Saved entries

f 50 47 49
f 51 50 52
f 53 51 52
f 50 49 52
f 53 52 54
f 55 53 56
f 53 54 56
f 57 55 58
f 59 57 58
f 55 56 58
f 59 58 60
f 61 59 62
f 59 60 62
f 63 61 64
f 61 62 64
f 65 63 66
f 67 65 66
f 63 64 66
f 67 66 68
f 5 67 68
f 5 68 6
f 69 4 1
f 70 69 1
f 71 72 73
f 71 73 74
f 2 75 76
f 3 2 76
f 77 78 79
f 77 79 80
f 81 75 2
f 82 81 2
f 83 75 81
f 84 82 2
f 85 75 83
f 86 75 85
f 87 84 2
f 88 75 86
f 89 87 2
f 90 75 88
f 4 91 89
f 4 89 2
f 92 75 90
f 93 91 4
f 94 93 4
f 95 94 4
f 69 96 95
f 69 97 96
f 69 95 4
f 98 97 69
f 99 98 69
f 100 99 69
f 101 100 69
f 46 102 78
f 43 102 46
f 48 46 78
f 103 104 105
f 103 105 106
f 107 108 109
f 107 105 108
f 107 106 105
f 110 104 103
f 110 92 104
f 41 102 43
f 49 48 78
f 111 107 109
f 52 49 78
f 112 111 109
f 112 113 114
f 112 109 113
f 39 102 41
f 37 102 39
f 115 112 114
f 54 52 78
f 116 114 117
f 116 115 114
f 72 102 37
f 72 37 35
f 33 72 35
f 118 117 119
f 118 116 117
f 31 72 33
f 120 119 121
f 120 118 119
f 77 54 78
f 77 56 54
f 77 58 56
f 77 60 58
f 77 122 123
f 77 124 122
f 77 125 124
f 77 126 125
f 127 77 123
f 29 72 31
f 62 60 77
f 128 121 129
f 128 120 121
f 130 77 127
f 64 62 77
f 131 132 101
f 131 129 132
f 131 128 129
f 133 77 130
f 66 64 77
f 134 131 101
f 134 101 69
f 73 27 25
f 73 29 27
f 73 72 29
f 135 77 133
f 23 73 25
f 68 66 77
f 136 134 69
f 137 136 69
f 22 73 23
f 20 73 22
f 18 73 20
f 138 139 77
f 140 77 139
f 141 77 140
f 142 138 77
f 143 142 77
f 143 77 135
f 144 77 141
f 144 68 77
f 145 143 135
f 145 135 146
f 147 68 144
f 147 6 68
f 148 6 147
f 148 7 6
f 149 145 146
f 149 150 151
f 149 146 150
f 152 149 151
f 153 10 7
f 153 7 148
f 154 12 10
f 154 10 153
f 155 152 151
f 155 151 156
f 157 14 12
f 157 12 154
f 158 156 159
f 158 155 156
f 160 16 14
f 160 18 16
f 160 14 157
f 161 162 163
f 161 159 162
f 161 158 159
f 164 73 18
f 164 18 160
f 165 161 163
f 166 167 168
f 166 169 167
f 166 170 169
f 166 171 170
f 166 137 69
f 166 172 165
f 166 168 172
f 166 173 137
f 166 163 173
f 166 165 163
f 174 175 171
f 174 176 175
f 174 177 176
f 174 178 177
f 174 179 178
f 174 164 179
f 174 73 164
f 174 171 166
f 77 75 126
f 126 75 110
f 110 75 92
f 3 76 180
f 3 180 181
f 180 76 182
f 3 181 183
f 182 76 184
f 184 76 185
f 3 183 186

__Task statement__
Would you write out all the records exactly as they read?

__Result for this exercise__
f 50 47 49
f 51 50 52
f 53 51 52
f 50 49 52
f 53 52 54
f 55 53 56
f 53 54 56
f 57 55 58
f 59 57 58
f 55 56 58
f 59 58 60
f 61 59 62
f 59 60 62
f 63 61 64
f 61 62 64
f 65 63 66
f 67 65 66
f 63 64 66
f 67 66 68
f 5 67 68
f 5 68 6
f 69 4 1
f 70 69 1
f 71 72 73
f 71 73 74
f 2 75 76
f 3 2 76
f 77 78 79
f 77 79 80
f 81 75 2
f 82 81 2
f 83 75 81
f 84 82 2
f 85 75 83
f 86 75 85
f 87 84 2
f 88 75 86
f 89 87 2
f 90 75 88
f 4 91 89
f 4 89 2
f 92 75 90
f 93 91 4
f 94 93 4
f 95 94 4
f 69 96 95
f 69 97 96
f 69 95 4
f 98 97 69
f 99 98 69
f 100 99 69
f 101 100 69
f 46 102 78
f 43 102 46
f 48 46 78
f 103 104 105
f 103 105 106
f 107 108 109
f 107 105 108
f 107 106 105
f 110 104 103
f 110 92 104
f 41 102 43
f 49 48 78
f 111 107 109
f 52 49 78
f 112 111 109
f 112 113 114
f 112 109 113
f 39 102 41
f 37 102 39
f 115 112 114
f 54 52 78
f 116 114 117
f 116 115 114
f 72 102 37
f 72 37 35
f 33 72 35
f 118 117 119
f 118 116 117
f 31 72 33
f 120 119 121
f 120 118 119
f 77 54 78
f 77 56 54
f 77 58 56
f 77 60 58
f 77 122 123
f 77 124 122
f 77 125 124
f 77 126 125
f 127 77 123
f 29 72 31
f 62 60 77
f 128 121 129
f 128 120 121
f 130 77 127
f 64 62 77
f 131 132 101
f 131 129 132
f 131 128 129
f 133 77 130
f 66 64 77
f 134 131 101
f 134 101 69
f 73 27 25
f 73 29 27
f 73 72 29
f 135 77 133
f 23 73 25
f 68 66 77
f 136 134 69
f 137 136 69
f 22 73 23
f 20 73 22
f 18 73 20
f 138 139 77
f 140 77 139
f 141 77 140
f 142 138 77
f 143 142 77
f 143 77 135
f 144 77 141
f 144 68 77
f 145 143 135
f 145 135 146
f 147 68 144
f 147 6 68
f 148 6 147
f 148 7 6
f 149 145 146
f 149 150 151
f 149 146 150
f 152 149 151
f 153 10 7
f 153 7 148
f 154 12 10
f 154 10 153
f 155 152 151
f 155 151 156
f 157 14 12
f 157 12 154
f 158 156 159
f 158 155 156
f 160 16 14
f 160 18 16
f 160 14 157
f 161 162 163
f 161 159 162
f 161 158 159
f 164 73 18
f 164 18 160
f 165 161 163
f 166 167 168
f 166 169 167
f 166 170 169
f 166 171 170
f 166 137 69
f 166 172 165
f 166 168 172
f 166 173 137
f 166 163 173
f 166 165 163
f 174 175 171
f 174 176 175
f 174 177 176
f 174 178 177
f 174 179 178
f 174 164 179
f 174 73 164
f 174 171 166
f 77 75 126
f 126 75 110
f 110 75 92
f 3 76 180
f 3 180 181
f 180 76 182
f 3 181 183
f 182 76 184
f 184 76 185
f 3 183 186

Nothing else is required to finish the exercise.